→ **Task instructions**:
When the line containing "v -19.854 -6.912 0" is reached, include it and end there; set down verbatim every line before it, starting at the top of the records.

→ **Stored data**:
☆ ☆ ☆

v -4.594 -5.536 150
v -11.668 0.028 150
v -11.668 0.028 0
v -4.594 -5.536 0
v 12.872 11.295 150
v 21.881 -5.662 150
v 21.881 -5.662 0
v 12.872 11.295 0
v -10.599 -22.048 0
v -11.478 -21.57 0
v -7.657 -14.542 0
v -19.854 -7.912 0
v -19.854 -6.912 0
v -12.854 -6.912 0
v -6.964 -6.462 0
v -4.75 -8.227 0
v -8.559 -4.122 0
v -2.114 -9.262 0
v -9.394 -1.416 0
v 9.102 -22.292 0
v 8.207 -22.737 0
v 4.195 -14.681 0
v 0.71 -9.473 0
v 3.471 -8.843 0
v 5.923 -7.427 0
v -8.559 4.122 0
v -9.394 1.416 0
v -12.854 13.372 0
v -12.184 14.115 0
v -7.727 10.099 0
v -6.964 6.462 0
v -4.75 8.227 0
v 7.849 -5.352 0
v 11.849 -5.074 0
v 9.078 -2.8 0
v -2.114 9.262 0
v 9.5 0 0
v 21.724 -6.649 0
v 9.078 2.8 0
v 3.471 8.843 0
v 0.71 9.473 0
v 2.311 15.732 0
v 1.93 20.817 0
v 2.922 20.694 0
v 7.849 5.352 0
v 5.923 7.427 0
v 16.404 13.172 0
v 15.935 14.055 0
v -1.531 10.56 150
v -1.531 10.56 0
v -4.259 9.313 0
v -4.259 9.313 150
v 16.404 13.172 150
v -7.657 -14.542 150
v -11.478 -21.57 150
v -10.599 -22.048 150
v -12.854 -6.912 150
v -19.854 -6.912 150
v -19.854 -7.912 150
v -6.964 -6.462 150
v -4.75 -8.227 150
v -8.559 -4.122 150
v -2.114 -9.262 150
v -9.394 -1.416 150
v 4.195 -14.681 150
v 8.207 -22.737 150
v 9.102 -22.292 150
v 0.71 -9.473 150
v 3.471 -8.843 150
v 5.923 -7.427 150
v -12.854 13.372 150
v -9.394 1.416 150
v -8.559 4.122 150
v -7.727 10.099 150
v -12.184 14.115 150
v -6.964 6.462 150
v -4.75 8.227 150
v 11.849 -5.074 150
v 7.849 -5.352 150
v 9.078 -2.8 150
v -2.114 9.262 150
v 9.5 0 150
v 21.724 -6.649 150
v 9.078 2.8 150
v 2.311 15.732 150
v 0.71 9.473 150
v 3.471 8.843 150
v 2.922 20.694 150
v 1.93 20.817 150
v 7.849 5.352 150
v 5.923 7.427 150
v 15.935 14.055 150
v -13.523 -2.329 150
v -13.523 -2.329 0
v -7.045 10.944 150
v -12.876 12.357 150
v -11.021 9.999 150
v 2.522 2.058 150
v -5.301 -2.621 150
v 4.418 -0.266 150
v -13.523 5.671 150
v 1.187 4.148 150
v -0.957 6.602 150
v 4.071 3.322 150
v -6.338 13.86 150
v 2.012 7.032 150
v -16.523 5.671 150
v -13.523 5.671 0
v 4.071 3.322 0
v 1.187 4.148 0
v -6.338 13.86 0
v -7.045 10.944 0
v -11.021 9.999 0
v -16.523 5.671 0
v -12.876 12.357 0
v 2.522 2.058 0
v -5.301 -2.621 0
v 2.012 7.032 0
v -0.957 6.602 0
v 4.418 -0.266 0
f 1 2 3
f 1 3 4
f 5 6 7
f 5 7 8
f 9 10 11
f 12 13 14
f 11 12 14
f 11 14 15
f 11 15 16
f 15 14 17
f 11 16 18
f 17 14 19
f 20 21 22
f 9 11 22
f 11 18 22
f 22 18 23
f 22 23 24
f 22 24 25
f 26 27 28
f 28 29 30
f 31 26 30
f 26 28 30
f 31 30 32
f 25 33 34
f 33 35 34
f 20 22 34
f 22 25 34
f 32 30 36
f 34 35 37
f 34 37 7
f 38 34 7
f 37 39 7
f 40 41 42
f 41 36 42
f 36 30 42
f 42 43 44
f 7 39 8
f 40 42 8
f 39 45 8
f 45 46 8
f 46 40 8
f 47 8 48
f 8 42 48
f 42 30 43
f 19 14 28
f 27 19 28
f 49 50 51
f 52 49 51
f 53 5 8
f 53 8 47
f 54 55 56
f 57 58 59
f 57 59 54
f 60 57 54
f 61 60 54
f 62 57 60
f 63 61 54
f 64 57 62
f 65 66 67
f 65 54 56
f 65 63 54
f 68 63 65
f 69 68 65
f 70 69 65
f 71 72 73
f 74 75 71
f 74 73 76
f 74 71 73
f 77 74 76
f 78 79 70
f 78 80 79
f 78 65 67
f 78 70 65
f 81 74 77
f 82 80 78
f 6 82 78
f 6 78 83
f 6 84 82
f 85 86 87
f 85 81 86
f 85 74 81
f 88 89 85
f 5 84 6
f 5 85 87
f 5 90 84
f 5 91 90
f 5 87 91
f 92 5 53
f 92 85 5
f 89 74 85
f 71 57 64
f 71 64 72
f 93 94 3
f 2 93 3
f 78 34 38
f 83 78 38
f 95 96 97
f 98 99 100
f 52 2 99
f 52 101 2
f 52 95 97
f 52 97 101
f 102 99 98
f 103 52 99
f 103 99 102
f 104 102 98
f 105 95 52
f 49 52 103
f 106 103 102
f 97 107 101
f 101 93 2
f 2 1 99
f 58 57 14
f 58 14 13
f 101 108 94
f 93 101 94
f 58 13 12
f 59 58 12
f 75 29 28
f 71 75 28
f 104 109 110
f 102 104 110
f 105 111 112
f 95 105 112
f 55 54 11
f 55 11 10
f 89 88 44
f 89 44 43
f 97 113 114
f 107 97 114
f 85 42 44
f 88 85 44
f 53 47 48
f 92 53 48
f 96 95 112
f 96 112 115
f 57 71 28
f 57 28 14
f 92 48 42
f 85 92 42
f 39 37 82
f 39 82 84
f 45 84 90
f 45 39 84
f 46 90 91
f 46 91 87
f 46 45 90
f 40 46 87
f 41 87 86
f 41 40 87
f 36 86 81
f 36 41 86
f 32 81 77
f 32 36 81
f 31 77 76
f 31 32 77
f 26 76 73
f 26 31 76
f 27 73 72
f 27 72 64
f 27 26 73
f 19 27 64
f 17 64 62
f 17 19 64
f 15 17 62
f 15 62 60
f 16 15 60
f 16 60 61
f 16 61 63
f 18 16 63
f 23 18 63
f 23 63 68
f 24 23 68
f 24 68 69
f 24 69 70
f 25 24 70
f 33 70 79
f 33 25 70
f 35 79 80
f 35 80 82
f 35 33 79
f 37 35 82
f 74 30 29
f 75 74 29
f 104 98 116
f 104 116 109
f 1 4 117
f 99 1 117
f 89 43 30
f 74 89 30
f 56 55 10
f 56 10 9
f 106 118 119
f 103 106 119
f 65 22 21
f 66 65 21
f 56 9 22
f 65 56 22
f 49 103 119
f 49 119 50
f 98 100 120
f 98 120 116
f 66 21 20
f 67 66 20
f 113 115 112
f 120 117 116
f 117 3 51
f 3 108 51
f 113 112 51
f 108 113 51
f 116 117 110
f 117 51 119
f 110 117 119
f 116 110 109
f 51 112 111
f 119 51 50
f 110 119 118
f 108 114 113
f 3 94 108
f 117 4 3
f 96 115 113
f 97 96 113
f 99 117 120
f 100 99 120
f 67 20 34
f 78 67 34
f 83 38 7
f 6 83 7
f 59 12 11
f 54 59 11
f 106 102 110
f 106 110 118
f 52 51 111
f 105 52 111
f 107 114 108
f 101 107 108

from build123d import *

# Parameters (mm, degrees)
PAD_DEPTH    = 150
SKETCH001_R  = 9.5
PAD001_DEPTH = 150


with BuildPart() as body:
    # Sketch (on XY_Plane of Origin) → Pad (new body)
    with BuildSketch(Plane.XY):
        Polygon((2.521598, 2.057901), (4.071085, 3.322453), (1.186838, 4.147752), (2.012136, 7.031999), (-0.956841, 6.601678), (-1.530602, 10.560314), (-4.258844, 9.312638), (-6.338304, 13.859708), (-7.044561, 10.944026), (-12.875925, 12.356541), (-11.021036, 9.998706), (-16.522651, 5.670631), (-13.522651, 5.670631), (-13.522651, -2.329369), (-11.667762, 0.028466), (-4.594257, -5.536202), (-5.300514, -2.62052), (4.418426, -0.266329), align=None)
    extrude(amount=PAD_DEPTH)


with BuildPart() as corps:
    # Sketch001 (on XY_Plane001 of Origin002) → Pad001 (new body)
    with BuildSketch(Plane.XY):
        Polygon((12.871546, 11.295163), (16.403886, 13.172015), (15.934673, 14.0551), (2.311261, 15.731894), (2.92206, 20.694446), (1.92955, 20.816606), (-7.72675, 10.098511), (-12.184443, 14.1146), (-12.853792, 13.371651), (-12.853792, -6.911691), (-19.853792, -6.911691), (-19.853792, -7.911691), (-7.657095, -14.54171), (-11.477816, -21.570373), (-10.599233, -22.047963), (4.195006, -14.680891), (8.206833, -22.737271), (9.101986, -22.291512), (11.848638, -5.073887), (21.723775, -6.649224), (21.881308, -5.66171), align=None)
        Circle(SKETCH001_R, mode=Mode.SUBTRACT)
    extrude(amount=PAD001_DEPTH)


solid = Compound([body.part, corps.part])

☆ ☆ ☆

→ **Expected answer**:
v -4.594 -5.536 150
v -11.668 0.028 150
v -11.668 0.028 0
v -4.594 -5.536 0
v 12.872 11.295 150
v 21.881 -5.662 150
v 21.881 -5.662 0
v 12.872 11.295 0
v -10.599 -22.048 0
v -11.478 -21.57 0
v -7.657 -14.542 0
v -19.854 -7.912 0
v -19.854 -6.912 0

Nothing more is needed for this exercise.